Last night I watched a show that I love....but that broke my heart. Can I tell you how much I love the Duggar Family?? Last night, the show centered around the circumstances that led up to Michelle delivering their 19th child prematurely. Her older children were doing mission work in El Salvador....the little ones were at home getting taken care of by family and friends...and she delivered this tiny child into the world.


In one segment of the show, the dad Jim Bob was filming himself and in the background you could see Michelle laying on the bed....her mouth moving and her eyes closed. She was praying.....praying I'm sure for her baby...for her health...for her children halfway around the world...for God's blessing on them all. It was a mother....pleading for the life of her unborn child! Of course it brought tears to my eyes and made me want to be a better Christian...and a better mother.

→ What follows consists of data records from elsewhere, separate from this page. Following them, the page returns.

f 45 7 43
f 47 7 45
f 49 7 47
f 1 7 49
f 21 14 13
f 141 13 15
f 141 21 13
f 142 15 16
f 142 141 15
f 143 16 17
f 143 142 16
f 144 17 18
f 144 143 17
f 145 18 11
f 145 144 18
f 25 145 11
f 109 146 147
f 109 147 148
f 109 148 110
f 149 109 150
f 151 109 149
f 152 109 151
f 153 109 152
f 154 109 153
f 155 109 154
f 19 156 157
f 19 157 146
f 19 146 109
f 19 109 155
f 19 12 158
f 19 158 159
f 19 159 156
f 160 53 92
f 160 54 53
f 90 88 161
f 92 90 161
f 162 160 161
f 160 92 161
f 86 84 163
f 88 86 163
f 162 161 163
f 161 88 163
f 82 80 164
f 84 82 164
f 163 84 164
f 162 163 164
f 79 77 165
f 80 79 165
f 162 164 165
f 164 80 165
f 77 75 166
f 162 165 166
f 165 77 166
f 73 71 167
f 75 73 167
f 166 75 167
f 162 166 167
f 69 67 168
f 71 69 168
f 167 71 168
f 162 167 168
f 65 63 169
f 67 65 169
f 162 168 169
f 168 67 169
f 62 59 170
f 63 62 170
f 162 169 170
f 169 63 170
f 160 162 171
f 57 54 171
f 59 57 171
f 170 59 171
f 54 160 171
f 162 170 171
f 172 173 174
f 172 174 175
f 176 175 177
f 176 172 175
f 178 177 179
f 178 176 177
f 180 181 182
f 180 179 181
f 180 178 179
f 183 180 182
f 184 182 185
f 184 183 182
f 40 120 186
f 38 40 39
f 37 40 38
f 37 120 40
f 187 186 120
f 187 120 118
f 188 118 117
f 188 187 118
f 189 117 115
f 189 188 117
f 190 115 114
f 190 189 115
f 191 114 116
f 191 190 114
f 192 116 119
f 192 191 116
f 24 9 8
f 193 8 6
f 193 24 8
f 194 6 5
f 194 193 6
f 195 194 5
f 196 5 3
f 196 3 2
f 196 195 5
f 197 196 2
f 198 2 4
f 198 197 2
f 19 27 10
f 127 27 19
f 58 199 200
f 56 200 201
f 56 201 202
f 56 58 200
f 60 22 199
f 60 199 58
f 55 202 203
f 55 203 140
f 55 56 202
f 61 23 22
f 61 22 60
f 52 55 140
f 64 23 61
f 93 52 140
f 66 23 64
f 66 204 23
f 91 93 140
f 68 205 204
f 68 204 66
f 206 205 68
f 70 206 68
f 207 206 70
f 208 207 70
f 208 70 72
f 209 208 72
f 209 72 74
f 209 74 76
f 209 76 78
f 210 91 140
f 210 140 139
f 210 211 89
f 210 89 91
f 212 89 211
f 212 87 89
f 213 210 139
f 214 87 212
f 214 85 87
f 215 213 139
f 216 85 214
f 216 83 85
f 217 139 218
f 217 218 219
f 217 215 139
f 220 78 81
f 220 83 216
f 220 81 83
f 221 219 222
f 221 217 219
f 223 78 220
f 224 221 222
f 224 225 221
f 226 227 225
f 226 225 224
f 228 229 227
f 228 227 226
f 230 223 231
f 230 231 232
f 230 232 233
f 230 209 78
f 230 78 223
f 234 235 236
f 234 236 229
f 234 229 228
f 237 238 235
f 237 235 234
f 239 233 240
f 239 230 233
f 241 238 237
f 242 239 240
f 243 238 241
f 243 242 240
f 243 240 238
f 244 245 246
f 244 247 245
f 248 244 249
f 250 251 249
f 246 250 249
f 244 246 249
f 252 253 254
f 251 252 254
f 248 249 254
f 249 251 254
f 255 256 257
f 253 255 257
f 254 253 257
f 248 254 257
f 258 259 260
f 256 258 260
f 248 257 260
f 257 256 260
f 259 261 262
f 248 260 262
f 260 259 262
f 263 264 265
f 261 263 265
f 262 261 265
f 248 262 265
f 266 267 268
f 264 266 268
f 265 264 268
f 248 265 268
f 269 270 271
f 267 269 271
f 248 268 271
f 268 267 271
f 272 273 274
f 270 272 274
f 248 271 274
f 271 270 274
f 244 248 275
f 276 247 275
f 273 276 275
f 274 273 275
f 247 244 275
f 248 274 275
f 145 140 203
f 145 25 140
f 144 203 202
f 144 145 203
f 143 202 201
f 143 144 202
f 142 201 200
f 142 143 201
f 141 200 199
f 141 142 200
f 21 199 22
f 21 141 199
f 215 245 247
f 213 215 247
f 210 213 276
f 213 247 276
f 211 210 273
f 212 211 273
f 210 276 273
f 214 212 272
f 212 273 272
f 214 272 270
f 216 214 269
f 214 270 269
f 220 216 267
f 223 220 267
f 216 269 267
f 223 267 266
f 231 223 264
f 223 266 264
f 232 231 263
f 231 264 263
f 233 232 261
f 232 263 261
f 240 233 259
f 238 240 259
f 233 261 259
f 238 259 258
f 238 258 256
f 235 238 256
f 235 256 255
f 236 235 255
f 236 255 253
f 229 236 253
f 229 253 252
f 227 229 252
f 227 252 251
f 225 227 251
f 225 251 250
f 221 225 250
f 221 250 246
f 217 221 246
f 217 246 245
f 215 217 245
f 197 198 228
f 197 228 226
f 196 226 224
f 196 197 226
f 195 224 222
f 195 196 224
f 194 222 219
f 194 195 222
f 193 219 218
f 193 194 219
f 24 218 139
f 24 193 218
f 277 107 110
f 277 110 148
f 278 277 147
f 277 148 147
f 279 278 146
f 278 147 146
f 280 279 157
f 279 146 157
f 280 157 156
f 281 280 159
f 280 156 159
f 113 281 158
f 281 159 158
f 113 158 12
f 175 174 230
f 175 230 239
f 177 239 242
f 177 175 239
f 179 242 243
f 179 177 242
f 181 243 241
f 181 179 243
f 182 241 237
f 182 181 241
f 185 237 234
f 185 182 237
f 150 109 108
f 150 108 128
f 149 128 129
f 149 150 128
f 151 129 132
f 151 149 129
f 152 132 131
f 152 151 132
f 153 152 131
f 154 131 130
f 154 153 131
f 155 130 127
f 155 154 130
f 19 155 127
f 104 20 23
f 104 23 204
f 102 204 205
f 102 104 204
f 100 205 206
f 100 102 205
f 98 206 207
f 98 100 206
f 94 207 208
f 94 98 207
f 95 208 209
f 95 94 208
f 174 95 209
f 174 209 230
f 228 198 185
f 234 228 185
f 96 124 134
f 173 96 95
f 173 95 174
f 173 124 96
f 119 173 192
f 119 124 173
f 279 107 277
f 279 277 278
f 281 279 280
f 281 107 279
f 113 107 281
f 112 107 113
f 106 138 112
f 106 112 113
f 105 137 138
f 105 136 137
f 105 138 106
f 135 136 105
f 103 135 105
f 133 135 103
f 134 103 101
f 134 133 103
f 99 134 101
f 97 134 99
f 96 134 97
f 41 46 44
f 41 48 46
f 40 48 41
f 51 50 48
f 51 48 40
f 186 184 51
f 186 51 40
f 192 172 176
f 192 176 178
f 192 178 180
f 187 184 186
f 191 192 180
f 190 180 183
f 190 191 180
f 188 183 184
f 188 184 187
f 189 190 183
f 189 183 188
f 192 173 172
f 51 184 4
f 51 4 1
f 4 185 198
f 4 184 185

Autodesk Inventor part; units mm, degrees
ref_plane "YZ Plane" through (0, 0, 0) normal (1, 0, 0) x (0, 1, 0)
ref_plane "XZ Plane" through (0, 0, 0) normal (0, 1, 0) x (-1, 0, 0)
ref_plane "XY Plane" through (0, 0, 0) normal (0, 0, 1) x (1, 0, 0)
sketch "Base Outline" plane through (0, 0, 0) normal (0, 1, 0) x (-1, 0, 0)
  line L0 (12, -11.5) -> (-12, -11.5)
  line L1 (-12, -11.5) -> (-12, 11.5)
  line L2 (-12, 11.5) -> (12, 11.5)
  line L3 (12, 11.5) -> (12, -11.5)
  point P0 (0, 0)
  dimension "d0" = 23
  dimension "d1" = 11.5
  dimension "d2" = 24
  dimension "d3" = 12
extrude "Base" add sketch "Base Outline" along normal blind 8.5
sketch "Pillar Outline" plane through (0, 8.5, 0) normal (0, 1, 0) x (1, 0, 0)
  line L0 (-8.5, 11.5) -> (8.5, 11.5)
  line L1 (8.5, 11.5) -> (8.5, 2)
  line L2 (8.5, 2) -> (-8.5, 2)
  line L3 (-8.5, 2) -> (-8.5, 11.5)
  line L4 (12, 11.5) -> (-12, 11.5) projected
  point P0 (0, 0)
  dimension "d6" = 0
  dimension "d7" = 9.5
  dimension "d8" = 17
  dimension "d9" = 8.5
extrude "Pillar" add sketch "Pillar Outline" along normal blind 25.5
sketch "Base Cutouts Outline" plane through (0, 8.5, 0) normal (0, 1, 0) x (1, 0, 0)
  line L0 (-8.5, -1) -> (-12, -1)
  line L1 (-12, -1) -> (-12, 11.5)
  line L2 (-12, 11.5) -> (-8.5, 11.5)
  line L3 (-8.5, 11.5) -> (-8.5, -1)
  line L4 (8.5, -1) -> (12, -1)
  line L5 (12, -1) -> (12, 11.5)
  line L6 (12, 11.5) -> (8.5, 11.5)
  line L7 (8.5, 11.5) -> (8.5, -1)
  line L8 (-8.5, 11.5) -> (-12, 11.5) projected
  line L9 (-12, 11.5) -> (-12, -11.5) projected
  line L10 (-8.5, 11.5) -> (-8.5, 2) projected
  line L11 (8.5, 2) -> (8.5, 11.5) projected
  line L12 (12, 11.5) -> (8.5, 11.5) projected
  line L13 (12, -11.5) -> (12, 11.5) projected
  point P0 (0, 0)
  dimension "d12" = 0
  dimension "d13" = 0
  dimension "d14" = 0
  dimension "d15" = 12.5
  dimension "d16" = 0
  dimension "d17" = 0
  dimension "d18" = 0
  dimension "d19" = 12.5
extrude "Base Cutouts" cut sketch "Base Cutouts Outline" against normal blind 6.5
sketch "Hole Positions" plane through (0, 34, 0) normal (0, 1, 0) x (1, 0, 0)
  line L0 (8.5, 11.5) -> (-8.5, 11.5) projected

The sweet little baby(Josie...love her name) was born so tiny and fragile...clinging to life...and they took it all in stride! When all the kids got to come and see her at the hospital they couldn't believe how tiny she was and just stood there and Jim Bob said "Josie is perfect in every way" and boy was he right! God is the creator of life....and He doesn't make mistakes! Thank you Duggar Family for reminding this country about how precious life is...and for being a GODLY example to this world through your families life.


God bless this sweet precious family.....and sweet little Josie!